Denis Beaudin, président du syndicat de Gurit, une entreprise de fabrication de mousse en matériaux composites destinée aux marchés éolien et maritime située à Magog, a livré un exposé vibrant et bien senti, reprenant à son compte les propos tenus par les deux autres panélistes.

Invitant ses confrères à réfléchir sur la modification de la représentation syndicale sur le terrain, il croit que le dynamisme passe nécessairement par la simplicité et la disponibilité des représentants syndicaux. « On va se dire les vraies affaires, nos assemblées générales sont plates!, lance-t-il à la blague.

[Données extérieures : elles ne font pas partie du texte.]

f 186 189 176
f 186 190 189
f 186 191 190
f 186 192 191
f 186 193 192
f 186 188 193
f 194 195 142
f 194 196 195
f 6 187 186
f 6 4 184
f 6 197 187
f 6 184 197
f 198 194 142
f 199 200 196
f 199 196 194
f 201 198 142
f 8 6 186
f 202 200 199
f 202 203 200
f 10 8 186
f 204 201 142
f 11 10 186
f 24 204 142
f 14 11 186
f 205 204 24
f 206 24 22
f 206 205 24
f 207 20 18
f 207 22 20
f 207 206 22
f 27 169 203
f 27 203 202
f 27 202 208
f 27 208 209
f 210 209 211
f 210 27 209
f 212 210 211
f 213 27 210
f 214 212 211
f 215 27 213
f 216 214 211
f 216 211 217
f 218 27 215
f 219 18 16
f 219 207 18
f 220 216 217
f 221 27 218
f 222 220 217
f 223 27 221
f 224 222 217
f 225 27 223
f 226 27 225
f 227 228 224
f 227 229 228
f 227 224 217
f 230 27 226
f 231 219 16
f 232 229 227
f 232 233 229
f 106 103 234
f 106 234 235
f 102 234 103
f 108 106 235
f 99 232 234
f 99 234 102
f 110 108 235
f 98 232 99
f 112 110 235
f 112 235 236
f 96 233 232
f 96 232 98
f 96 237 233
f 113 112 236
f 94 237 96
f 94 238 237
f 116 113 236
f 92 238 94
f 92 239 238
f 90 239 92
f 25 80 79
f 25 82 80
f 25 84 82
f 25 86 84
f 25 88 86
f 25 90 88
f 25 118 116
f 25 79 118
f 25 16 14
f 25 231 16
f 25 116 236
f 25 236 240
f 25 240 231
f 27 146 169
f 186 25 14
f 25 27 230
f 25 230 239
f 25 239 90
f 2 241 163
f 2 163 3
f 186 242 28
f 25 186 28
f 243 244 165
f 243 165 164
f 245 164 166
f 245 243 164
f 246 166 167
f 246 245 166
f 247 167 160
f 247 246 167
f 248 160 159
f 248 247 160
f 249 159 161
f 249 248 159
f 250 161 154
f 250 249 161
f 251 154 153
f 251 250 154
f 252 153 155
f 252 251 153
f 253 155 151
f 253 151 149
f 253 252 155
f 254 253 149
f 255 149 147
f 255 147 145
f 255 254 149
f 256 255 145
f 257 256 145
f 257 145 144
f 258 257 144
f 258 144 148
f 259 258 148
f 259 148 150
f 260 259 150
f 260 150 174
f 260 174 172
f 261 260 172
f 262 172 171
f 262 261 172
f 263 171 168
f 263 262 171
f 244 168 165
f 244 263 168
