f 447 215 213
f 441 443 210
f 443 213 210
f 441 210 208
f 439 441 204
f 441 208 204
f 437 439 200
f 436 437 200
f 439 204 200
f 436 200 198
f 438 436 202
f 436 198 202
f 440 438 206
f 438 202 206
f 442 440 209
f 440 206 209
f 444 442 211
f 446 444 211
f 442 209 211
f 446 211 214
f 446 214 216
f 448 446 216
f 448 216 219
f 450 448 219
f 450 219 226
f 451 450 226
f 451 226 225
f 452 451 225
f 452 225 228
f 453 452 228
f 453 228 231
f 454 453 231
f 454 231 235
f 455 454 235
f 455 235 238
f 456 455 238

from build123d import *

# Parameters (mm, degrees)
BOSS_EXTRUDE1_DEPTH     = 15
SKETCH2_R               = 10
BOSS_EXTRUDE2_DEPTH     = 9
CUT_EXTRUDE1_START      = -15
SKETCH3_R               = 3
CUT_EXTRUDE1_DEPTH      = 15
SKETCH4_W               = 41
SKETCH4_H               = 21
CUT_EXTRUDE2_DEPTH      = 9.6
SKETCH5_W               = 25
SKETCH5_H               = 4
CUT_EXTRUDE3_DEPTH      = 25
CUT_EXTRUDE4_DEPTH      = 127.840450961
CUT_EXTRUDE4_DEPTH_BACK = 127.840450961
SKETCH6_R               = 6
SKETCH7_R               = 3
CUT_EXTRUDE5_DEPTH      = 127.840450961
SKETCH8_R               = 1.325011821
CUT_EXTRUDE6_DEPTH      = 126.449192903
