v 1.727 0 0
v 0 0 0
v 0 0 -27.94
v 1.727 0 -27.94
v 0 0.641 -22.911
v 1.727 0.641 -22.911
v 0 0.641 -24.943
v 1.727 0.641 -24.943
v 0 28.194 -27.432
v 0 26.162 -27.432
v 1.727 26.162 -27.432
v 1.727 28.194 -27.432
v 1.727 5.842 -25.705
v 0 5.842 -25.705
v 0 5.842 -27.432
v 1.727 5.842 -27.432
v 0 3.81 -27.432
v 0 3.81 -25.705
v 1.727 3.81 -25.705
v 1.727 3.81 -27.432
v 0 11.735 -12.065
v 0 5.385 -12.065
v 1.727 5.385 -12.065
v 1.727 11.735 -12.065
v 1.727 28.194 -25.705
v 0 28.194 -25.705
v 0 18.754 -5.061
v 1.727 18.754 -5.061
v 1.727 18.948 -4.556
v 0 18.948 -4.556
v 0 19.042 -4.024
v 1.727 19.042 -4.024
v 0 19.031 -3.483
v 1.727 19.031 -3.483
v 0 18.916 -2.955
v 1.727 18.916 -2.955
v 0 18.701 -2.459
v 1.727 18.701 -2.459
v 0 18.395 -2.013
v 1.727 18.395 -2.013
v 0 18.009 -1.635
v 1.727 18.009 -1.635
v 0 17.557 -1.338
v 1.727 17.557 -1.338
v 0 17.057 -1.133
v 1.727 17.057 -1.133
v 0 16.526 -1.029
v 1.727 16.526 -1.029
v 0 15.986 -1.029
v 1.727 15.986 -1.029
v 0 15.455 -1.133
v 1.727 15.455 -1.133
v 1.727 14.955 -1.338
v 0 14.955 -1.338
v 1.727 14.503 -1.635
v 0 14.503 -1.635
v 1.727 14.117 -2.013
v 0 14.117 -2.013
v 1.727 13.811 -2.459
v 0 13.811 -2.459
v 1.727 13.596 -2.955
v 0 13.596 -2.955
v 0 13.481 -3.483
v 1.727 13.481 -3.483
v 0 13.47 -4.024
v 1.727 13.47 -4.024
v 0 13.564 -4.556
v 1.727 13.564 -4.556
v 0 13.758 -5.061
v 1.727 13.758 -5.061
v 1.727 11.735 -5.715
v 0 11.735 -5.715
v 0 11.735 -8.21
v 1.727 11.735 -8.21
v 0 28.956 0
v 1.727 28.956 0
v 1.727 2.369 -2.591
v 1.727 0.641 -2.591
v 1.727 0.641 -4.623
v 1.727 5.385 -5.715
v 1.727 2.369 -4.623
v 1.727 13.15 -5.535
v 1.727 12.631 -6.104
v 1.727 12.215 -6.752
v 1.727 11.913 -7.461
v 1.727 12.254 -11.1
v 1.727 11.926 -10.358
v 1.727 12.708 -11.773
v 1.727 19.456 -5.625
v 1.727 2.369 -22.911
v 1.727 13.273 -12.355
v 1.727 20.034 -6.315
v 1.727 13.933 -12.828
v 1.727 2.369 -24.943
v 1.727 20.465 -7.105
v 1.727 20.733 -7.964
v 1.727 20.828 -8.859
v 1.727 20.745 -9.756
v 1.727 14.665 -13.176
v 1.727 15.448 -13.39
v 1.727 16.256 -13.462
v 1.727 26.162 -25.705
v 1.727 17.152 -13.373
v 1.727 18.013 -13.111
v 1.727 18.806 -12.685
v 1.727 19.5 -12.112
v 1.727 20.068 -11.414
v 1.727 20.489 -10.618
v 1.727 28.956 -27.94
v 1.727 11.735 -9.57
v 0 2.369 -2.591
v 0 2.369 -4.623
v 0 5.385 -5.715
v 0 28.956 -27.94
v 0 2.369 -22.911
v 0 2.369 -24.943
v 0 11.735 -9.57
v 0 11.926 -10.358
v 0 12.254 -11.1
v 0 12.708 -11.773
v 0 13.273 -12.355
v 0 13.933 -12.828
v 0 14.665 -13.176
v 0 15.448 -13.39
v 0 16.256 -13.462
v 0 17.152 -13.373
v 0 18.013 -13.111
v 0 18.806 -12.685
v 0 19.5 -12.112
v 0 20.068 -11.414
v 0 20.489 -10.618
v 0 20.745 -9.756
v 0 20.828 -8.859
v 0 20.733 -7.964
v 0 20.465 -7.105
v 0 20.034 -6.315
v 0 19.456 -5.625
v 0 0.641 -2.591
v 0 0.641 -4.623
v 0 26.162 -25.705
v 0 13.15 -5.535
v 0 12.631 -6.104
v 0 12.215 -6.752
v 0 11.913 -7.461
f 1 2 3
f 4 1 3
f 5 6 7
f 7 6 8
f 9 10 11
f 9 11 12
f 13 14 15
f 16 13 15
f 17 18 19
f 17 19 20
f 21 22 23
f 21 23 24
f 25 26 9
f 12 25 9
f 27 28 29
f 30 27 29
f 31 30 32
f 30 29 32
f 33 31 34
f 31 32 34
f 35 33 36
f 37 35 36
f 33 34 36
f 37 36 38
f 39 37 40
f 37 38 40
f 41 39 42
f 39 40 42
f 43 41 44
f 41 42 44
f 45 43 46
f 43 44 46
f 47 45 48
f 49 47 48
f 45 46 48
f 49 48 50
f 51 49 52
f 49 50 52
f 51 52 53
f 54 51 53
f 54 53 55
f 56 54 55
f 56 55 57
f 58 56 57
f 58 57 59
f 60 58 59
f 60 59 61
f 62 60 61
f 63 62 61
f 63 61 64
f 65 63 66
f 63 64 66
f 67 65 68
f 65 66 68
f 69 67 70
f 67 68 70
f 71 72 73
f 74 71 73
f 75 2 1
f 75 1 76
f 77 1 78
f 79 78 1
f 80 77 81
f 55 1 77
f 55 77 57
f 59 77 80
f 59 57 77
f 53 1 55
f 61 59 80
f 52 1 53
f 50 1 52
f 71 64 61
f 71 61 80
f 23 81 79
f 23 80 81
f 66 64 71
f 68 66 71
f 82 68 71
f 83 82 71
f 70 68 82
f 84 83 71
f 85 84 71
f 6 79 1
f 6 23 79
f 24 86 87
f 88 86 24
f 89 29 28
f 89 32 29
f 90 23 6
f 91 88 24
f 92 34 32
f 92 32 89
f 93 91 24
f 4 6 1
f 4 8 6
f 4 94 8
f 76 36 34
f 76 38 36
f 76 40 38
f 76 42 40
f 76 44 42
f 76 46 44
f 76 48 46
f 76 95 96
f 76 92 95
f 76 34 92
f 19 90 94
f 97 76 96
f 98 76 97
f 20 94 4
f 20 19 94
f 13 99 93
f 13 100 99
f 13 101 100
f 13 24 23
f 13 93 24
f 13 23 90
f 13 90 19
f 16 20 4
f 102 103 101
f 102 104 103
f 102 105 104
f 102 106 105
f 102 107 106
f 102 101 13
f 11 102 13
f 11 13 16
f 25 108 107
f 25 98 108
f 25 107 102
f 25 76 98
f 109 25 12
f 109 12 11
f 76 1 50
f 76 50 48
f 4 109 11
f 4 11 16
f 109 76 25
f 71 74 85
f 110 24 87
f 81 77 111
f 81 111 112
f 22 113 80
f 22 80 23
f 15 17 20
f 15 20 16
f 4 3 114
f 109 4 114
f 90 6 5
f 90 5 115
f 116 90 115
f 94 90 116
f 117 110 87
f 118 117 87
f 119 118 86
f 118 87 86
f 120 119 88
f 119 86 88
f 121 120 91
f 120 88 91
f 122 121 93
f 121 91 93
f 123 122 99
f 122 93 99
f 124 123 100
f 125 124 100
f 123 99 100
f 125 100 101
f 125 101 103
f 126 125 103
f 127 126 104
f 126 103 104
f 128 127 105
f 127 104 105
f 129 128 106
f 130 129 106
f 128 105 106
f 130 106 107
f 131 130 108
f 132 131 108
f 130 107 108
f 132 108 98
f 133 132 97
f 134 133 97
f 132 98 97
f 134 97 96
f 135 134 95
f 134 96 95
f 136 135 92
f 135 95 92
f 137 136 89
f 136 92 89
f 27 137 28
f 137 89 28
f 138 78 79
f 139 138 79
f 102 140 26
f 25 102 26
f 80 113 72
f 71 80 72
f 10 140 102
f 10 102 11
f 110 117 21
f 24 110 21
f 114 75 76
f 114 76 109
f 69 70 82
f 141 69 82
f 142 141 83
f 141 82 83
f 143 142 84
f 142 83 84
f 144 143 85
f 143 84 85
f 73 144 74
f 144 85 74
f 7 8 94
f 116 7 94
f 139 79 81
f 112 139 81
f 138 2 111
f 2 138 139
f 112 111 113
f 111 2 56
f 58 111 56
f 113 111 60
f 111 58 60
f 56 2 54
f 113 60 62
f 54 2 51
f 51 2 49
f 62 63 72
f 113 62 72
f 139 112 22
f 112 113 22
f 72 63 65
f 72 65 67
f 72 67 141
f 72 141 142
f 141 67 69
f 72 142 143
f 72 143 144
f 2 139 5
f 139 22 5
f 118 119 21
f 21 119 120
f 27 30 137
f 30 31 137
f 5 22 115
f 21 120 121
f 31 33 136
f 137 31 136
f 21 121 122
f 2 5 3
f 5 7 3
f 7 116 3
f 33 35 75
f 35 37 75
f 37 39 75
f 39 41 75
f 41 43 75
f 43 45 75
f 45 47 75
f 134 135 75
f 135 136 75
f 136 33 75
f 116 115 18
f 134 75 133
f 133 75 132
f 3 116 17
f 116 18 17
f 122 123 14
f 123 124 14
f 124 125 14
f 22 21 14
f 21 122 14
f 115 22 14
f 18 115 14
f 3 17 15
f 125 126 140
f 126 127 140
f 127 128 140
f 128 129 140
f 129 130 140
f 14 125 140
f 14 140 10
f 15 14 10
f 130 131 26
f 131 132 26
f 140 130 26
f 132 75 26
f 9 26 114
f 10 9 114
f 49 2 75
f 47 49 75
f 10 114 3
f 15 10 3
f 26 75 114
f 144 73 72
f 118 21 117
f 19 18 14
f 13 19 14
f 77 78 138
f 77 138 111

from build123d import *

# Parameters (mm, degrees)
SKETCH1_W           = 27.94
SKETCH1_H           = 28.956
SKETCH1_W_2         = 6.35
SKETCH1_H_2         = 6.35
SKETCH1_W_3         = 1.7272
SKETCH1_H_3         = 2.032
BOSS_EXTRUDE1_DEPTH = 1.7272
SKETCH3_W           = 2.032
SKETCH3_H           = 1.7272
CUT_EXTRUDE1_DEPTH  = 1.7272
SKETCH4_R           = 4.572
SKETCH4_R_2         = 2.794
CUT_EXTRUDE4_DEPTH  = 1.7272


with BuildPart() as part:
    # Sketch1 → Boss-Extrude1 (new body)
    with BuildSketch(Plane(origin=(0, 0, 0), x_dir=(0, 0, -1), z_dir=(1, 0, 0))):
        with Locations((13.97, 14.478)):
            Rectangle(SKETCH1_W, SKETCH1_H)
        with Locations((8.89, 8.5598)):
            Rectangle(SKETCH1_W_2, SKETCH1_H_2, mode=Mode.SUBTRACT)
        with Locations((26.5684, 4.826)):
            Rectangle(SKETCH1_W_3, SKETCH1_H_3, mode=Mode.SUBTRACT)
        with Locations((26.5684, 27.178)):
            Rectangle(SKETCH1_W_3, SKETCH1_H_3, mode=Mode.SUBTRACT)
    extrude(amount=BOSS_EXTRUDE1_DEPTH)

    # Sketch3 → Cut-Extrude1 (cut)
    with BuildSketch(Plane(origin=(1.7272, 0, 0), x_dir=(0, 0, -1), z_dir=(1, 0, 0))):
        with Locations((3.6068, 1.50495)):
            Rectangle(SKETCH3_W, SKETCH3_H)
        with Locations((23.9268, 1.50495)):
            Rectangle(SKETCH3_W, SKETCH3_H)
    extrude(amount=-CUT_EXTRUDE1_DEPTH, mode=Mode.SUBTRACT)

    # Sketch4 → Cut-Extrude4 (cut)
    with BuildSketch(Plane(origin=(1.7272, 0, 0), x_dir=(0, 0, -1), z_dir=(1, 0, 0))):
        with BuildLine():
            ThreePointArc((9.569657679, 11.7348), (12.354864998, 13.273066118), (13.462, 16.256))
            ThreePointArc((13.462, 16.256), (10.193220511, 20.638328183), (5.06095, 18.754311449))
            ThreePointArc((5.06095, 18.754311449), (6.18714012, 17.724210084), (6.604, 16.256))
            ThreePointArc((6.604, 16.256), (6.18714012, 14.787789916), (5.06095, 13.757688551))
            ThreePointArc((5.06095, 13.757688551), (6.41914372, 12.409176213), (8.210342321, 11.7348))
            Line((8.210342321, 11.7348), (9.569657679, 11.7348))
        make_face()
        with Locations((8.89, 16.256)):
            Circle(SKETCH4_R)
        with Locations((3.81, 16.256)):
            Circle(SKETCH4_R_2)
    extrude(amount=-CUT_EXTRUDE4_DEPTH, mode=Mode.SUBTRACT)


solid = part.part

Peut-être mettons-nous la faute rapidement sur les membres qui ne s’impliquent pas? »

Il rappelle l’importance de la proximité avec les membres, à comprendre leurs besoins et leurs problèmes de même qu’à faire circuler l’information et la formation pour établir une relation de confiance. « On a d’excellentes séances de formation et d’information dans les structures, conseils centraux, congrès, mais je doute que ça se rende jusqu'aux membres. »

En ateliers, les délégués se sont penchés sur les pistes de réflexion proposées par les panélistes de même que sur une proposition du comité exécutif de la CSN visant à rassembler les organisations syndicales québécoises et les groupes de défense des non-syndiqués dans une « offensive concertée » pour défendre le travail décent et le droit à la syndicalisation.

Il est également proposé que la CSN soit l’instigatrice de l’organisation d’un événement sur le syndicalisme, ses défis et ses enjeux en collaboration avec l’ensemble des partenaires syndicaux.


Élections du comité exécutif

Louis Roy devient le nouveau président de la CSN. Seul candidat à la succession de Mme Carbonneau et chaudement applaudi par les délégués, il a été élu mercredi après-midi par acclamation.


Résultats des élections :

- Secrétaire général : Jean Lortie, de la Fédération du commerce

- Trésorerie : Pierre Patry, trésorier de la CSN depuis 2004. Finalement élu malgré un quiproquo technique à la mise en candidature, résolu par une proposition privilégiée adoptée à l’unanimité par l’assemblée, il entame un troisième mandat à ce poste d’officier.

- 1er vice-président : Jacques Létourneau, adjoint au comité exécutif.

- 2e vice-présidence : deux candidatures ont été déposées à ce poste. Gaétan Châteauneuf, du Conseil central de Montréal, et Jean Lacharité, du Conseil central de l’Estrie. Le résultat des élections sera connue jeudi à l’issue de la tenue d’un scrutin secret.

- 3e vice-présidence : Denise Boucher. Elle occupe ce poste depuis 1999.